▶ The problem: Within the entries below, the lines from the one with "v 124.021 0 50.8" through the one with "v 65.64 -50.8 -31.044" are to be set down exactly, both ends kept.

▶ Excerpted data:
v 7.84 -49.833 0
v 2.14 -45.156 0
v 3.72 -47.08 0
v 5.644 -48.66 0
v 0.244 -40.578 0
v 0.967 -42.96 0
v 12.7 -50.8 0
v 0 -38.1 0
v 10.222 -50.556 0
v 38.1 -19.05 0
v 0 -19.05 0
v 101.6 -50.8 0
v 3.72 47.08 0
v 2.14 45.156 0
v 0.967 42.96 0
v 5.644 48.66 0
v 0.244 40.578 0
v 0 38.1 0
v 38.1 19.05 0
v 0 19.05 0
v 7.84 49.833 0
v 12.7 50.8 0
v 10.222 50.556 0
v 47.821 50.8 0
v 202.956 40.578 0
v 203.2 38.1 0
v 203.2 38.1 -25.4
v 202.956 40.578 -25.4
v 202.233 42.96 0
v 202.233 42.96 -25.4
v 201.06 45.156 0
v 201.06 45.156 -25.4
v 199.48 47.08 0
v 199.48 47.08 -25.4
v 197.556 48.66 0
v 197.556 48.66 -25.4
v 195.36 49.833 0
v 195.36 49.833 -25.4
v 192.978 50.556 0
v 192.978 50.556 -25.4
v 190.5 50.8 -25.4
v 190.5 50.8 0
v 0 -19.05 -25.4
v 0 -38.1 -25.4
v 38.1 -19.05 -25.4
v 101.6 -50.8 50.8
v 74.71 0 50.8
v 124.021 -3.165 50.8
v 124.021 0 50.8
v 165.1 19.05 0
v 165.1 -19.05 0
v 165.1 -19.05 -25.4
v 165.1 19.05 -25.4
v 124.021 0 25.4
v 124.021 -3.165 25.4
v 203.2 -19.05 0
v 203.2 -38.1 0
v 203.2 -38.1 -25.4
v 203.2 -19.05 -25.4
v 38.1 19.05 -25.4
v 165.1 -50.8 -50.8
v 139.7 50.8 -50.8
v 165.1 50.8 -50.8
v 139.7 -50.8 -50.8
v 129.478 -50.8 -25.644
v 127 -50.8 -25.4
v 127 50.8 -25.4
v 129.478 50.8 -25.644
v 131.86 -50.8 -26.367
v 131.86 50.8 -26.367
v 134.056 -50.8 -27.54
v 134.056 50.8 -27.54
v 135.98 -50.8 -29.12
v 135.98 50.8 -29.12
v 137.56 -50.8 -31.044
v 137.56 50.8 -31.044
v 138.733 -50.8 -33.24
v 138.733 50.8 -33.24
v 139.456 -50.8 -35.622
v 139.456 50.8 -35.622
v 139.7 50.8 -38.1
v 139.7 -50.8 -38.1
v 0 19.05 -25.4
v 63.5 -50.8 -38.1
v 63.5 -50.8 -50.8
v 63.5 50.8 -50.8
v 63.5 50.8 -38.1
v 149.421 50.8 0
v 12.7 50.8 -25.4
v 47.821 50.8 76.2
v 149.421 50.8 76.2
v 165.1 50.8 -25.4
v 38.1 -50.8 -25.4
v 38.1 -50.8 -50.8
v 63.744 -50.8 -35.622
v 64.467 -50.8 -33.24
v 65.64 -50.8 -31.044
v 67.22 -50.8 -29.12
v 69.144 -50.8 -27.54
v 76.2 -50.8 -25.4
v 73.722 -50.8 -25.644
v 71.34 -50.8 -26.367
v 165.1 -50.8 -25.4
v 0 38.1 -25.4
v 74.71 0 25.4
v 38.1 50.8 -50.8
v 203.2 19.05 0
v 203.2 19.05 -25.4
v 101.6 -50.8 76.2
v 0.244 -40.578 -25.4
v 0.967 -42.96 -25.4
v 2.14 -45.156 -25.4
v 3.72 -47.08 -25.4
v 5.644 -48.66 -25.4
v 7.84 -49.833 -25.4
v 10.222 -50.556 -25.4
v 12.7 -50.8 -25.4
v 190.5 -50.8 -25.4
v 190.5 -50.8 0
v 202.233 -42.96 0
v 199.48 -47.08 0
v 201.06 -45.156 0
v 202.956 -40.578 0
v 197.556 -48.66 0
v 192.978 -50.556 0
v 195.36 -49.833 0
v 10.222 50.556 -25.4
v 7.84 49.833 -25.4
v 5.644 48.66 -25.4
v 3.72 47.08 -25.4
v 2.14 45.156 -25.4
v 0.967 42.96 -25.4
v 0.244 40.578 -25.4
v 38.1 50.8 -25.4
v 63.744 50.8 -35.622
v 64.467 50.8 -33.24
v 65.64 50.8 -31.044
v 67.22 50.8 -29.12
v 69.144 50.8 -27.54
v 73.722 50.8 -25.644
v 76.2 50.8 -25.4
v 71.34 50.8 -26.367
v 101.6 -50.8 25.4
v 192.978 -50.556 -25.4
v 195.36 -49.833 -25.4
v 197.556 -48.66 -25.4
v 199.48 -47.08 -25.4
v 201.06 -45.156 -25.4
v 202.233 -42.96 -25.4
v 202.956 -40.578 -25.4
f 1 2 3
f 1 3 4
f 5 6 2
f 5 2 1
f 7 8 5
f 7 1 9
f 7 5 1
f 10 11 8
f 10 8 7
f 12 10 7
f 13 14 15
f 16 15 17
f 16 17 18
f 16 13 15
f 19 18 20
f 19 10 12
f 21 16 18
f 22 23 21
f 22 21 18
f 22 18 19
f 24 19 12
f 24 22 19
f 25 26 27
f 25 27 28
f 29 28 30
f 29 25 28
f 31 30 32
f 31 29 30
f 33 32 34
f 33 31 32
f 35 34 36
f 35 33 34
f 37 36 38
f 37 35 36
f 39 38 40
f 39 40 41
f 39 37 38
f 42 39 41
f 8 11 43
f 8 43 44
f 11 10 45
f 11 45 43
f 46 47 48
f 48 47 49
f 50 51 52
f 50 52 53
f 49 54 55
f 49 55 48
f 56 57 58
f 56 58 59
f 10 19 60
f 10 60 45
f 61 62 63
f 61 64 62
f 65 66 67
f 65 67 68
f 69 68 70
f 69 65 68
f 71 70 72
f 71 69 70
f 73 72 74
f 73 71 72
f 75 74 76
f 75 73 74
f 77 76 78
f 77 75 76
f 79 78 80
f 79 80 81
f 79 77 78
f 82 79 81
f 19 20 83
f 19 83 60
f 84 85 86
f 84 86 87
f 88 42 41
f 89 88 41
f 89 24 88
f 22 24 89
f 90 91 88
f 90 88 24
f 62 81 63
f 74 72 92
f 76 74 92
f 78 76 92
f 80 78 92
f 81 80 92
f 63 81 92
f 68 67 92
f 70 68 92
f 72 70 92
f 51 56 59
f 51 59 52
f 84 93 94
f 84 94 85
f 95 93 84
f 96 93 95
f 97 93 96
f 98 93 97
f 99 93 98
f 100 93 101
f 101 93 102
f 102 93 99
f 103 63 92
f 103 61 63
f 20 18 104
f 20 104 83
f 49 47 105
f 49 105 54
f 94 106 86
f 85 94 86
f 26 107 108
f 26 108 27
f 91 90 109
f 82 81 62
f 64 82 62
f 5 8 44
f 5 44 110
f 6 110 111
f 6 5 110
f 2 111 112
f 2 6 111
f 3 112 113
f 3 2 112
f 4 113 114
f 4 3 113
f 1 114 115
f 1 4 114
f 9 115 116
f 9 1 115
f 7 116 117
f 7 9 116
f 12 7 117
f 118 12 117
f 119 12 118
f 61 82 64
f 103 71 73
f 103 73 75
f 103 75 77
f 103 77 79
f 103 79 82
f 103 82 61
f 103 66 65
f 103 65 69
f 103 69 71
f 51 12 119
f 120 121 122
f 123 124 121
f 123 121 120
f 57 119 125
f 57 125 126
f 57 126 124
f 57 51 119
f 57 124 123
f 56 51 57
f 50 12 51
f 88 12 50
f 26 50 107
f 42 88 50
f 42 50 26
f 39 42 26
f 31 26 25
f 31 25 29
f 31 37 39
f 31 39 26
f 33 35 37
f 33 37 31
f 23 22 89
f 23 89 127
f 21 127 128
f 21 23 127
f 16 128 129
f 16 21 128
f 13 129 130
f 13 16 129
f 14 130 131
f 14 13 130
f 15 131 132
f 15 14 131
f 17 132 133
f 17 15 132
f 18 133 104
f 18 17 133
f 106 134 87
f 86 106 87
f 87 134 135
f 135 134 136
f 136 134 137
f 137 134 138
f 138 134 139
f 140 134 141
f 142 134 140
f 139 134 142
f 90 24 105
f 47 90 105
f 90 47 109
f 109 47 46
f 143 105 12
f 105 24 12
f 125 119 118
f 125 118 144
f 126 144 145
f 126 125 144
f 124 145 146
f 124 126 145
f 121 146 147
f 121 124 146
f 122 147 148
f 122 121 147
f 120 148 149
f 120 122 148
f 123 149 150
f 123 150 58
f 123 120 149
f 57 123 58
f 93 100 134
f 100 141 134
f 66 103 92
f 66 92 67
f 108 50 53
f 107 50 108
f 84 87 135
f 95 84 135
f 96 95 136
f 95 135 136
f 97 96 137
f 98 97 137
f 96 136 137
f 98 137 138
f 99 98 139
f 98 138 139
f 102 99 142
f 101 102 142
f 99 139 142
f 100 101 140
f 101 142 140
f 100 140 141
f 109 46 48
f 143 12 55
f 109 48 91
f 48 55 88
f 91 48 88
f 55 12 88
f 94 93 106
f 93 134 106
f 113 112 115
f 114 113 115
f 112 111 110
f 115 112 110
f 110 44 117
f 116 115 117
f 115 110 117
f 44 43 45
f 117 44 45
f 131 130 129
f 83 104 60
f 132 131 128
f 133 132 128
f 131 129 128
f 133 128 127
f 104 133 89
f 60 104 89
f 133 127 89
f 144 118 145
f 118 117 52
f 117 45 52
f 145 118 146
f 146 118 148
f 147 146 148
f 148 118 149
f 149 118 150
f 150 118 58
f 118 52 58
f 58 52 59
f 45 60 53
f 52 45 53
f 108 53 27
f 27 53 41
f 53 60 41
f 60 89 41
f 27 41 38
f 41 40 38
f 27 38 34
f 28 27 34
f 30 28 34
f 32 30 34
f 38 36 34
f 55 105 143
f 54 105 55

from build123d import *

# Parameters (mm, degrees)
F1_DEPTH = 50.8
F2_W     = 38.1
F2_H     = 25.4
F3_DEPTH = 19.05
F5_DEPTH = 25.4
F7_DEPTH = 76.2
F8_W     = 50.8
F8_H     = 25.4
F9_DEPTH = 50.801


with BuildPart() as f1:
    # F0 (on Front) → F1 (new body, symmetric)
    with BuildSketch(Plane.XZ):
        with BuildLine():
            ThreePointArc((63.5, -38.1), (67.219744, -29.119744), (76.2, -25.4))
            Line((76.2, -25.4), (38.1, -25.4))
            Line((38.1, -25.4), (38.1, -50.8))
            Line((38.1, -50.8), (63.5, -50.8))
            Line((63.5, -50.8), (63.5, -38.1))
        make_face()
        with BuildLine():
            Line((165.1, -50.8), (165.1, -25.4))
            Line((165.1, -25.4), (127, -25.4))
            ThreePointArc((127, -25.4), (135.980256, -29.119744), (139.7, -38.1))
            Line((139.7, -38.1), (139.7, -50.8))
            Line((139.7, -50.8), (165.1, -50.8))
        make_face()
    extrude(amount=F1_DEPTH, both=True)

    # F2 (on Front) → F3 (cut, symmetric)
    with BuildSketch(Plane.XZ):
        with Locations((19.05, -12.7)):
            Rectangle(F2_W, F2_H)
        with Locations((184.15, -12.7)):
            Rectangle(F2_W, F2_H)
    extrude(amount=F3_DEPTH, both=True, mode=Mode.SUBTRACT)


with BuildPart() as f5:
    # F4 (on Top) → F5 (new body)
    with BuildSketch(Plane.XY):
        with BuildLine():
            ThreePointArc((0, -38.1), (3.719744, -47.080256), (12.7, -50.8))
            Line((12.7, -50.8), (190.5, -50.8))
            ThreePointArc((190.5, -50.8), (199.480256, -47.080256), (203.2, -38.1))
            Line((203.2, -38.1), (203.2, -19.05))
            Line((203.2, -19.05), (165.1, -19.05))
            Line((165.1, -19.05), (165.1, 19.05))
            Line((165.1, 19.05), (203.2, 19.05))
            Line((203.2, 19.05), (203.2, 38.1))
            ThreePointArc((203.2, 38.1), (199.480256, 47.080256), (190.5, 50.8))
            Line((190.5, 50.8), (12.7, 50.8))
            ThreePointArc((12.7, 50.8), (3.719744, 47.080256), (0, 38.1))
            Line((0, 38.1), (0, 19.05))
            Line((0, 19.05), (38.1, 19.05))
            Line((38.1, 19.05), (38.1, -19.05))
            Line((38.1, -19.05), (0, -19.05))
            Line((0, -19.05), (0, -38.1))
        make_face()
    extrude(amount=-F5_DEPTH)

    # F6 (on Top) → F7 (join)
    with BuildSketch(Plane.XY):
        Polygon((149.420515, 50.8), (47.820515, 50.8), (101.6, -50.8), align=None)
    extrude(amount=F7_DEPTH)

    # F8 (on Front) → F9 (cut, through all)
    with BuildSketch(Plane.XZ):
        with Locations((98.620515, 38.1)):
            Rectangle(F8_W, F8_H)
    extrude(amount=F9_DEPTH, mode=Mode.SUBTRACT)


solid = Compound([f1.part, f5.part])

▶ Your solution:
v 124.021 0 50.8
v 165.1 19.05 0
v 165.1 -19.05 0
v 165.1 -19.05 -25.4
v 165.1 19.05 -25.4
v 124.021 0 25.4
v 124.021 -3.165 25.4
v 203.2 -19.05 0
v 203.2 -38.1 0
v 203.2 -38.1 -25.4
v 203.2 -19.05 -25.4
v 38.1 19.05 -25.4
v 165.1 -50.8 -50.8
v 139.7 50.8 -50.8
v 165.1 50.8 -50.8
v 139.7 -50.8 -50.8
v 129.478 -50.8 -25.644
v 127 -50.8 -25.4
v 127 50.8 -25.4
v 129.478 50.8 -25.644
v 131.86 -50.8 -26.367
v 131.86 50.8 -26.367
v 134.056 -50.8 -27.54
v 134.056 50.8 -27.54
v 135.98 -50.8 -29.12
v 135.98 50.8 -29.12
v 137.56 -50.8 -31.044
v 137.56 50.8 -31.044
v 138.733 -50.8 -33.24
v 138.733 50.8 -33.24
v 139.456 -50.8 -35.622
v 139.456 50.8 -35.622
v 139.7 50.8 -38.1
v 139.7 -50.8 -38.1
v 0 19.05 -25.4
v 63.5 -50.8 -38.1
v 63.5 -50.8 -50.8
v 63.5 50.8 -50.8
v 63.5 50.8 -38.1
v 149.421 50.8 0
v 12.7 50.8 -25.4
v 47.821 50.8 76.2
v 149.421 50.8 76.2
v 165.1 50.8 -25.4
v 38.1 -50.8 -25.4
v 38.1 -50.8 -50.8
v 63.744 -50.8 -35.622
v 64.467 -50.8 -33.24
v 65.64 -50.8 -31.044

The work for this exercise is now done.